When a line below holds the string "with", show that line.

"""

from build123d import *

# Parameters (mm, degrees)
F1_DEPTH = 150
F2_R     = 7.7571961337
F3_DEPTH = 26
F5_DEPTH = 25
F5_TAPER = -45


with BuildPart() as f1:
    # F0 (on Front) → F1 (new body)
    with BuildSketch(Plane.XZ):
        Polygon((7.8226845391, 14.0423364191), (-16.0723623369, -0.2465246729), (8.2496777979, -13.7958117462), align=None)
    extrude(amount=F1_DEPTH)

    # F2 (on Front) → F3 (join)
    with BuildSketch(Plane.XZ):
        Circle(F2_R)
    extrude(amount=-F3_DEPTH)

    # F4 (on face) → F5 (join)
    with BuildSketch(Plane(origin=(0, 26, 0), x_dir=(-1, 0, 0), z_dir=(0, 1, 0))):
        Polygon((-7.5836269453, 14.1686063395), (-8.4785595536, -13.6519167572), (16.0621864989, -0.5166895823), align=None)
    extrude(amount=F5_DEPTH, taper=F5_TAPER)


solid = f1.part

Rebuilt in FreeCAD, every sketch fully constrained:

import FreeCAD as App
import Part
import Sketcher
Q = App.Units.Quantity

doc = App.newDocument("Part")
body = doc.addObject("PartDesign::Body", "Body")

# Sketch on XZ plane
sketch1 = doc.addObject("Sketcher::SketchObject", "Sketch")
body.addObject(sketch1)
sketch1.AttachmentSupport = (doc.XZ_Plane, [""])
sketch1.MapMode = "FlatFace"
sketch1.addGeometry([
    Part.LineSegment(App.Vector(7.822685, 14.042336, 0), App.Vector(-16.072362, -0.246525, 0)),
    Part.LineSegment(App.Vector(-16.072362, -0.246525, 0), App.Vector(8.249678, -13.795812, 0)),
    Part.LineSegment(App.Vector(8.249678, -13.795812, 0), App.Vector(7.822685, 14.042336, 0)),
], False)
sketch1.addConstraint([
    Sketcher.Constraint("Coincident", 0, 2, 1, 1),
    Sketcher.Constraint("Coincident", 1, 2, 2, 1),
    Sketcher.Constraint("Coincident", 2, 2, 0, 1),
    Sketcher.Constraint("Equal", 0, 1),
    Sketcher.Constraint("Equal", 1, 2),
    Sketcher.Constraint("DistanceY", 1, 2, -1, 1, Q("13.795812 mm")),
    Sketcher.Constraint("DistanceX", 0, 2, 1, 2, Q("24.32204 mm")),
    Sketcher.Constraint("DistanceY", 1, 2, 2, 2, Q("27.838148 mm")),
    Sketcher.Constraint("DistanceX", 0, 2, -1, 1, Q("16.072362 mm")),
])
pad1 = doc.addObject("PartDesign::Pad", "Pad")
body.addObject(pad1)
pad1.Profile = sketch1
pad1.Length = 150

# Sketch on XZ plane
sketch2 = doc.addObject("Sketcher::SketchObject", "Sketch001")
body.addObject(sketch2)
sketch2.AttachmentSupport = (doc.XZ_Plane, [""])
sketch2.MapMode = "FlatFace"
sketch2.addGeometry(Part.Circle(App.Vector(0, 0, 0), App.Vector(0, 0, 1), 7.757196), False)
sketch2.addConstraint([
    Sketcher.Constraint("Coincident", 0, 3, -1, 1),
    Sketcher.Constraint("Diameter", 0, Q("15.514392 mm")),
])
pad2 = doc.addObject("PartDesign::Pad", "Pad001")
body.addObject(pad2)
pad2.Profile = sketch2
pad2.Length = 26
pad2.Reversed = True

# Sketch on XZ plane
sketch3 = doc.addObject("Sketcher::SketchObject", "Sketch002")
body.addObject(sketch3)
sketch3.AttachmentSupport = (doc.XZ_Plane, [""])
sketch3.MapMode = "FlatFace"
sketch3.AttachmentOffset = App.Placement(App.Vector(0, 0, -26), App.Rotation())
sketch3.addGeometry([
    Part.LineSegment(App.Vector(7.583627, 14.168606, 0), App.Vector(8.47856, -13.651917, 0)),
    Part.LineSegment(App.Vector(8.47856, -13.651917, 0), App.Vector(-16.062186, -0.51669, 0)),
    Part.LineSegment(App.Vector(-16.062186, -0.51669, 0), App.Vector(7.583627, 14.168606, 0)),
], False)
sketch3.addConstraint([
    Sketcher.Constraint("Coincident", 0, 2, 1, 1),
    Sketcher.Constraint("Coincident", 1, 2, 2, 1),
    Sketcher.Constraint("Coincident", 2, 2, 0, 1),
    Sketcher.Constraint("Equal", 0, 1),
    Sketcher.Constraint("Equal", 1, 2),
    Sketcher.Constraint("DistanceX", -1, 1, 0, 2, Q("8.47856 mm")),
    Sketcher.Constraint("DistanceY", 1, 2, -1, 1, Q("0.51669 mm")),
    Sketcher.Constraint("Distance", 0, Q("27.834914 mm")),
    Sketcher.Constraint("DistanceY", 0, 2, -1, 1, Q("13.651917 mm")),
])
pad3 = doc.addObject("PartDesign::Pad", "Pad002")
body.addObject(pad3)
pad3.Profile = sketch3
pad3.Length = 25
pad3.Reversed = True
pad3.TaperAngle = 45

doc.recompute()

"""

» **Solution to the exercise**:
with BuildPart() as f1:
    with BuildSketch(Plane.XZ):
    with BuildSketch(Plane.XZ):
    with BuildSketch(Plane(origin=(0, 26, 0), x_dir=(-1, 0, 0), z_dir=(0, 1, 0))):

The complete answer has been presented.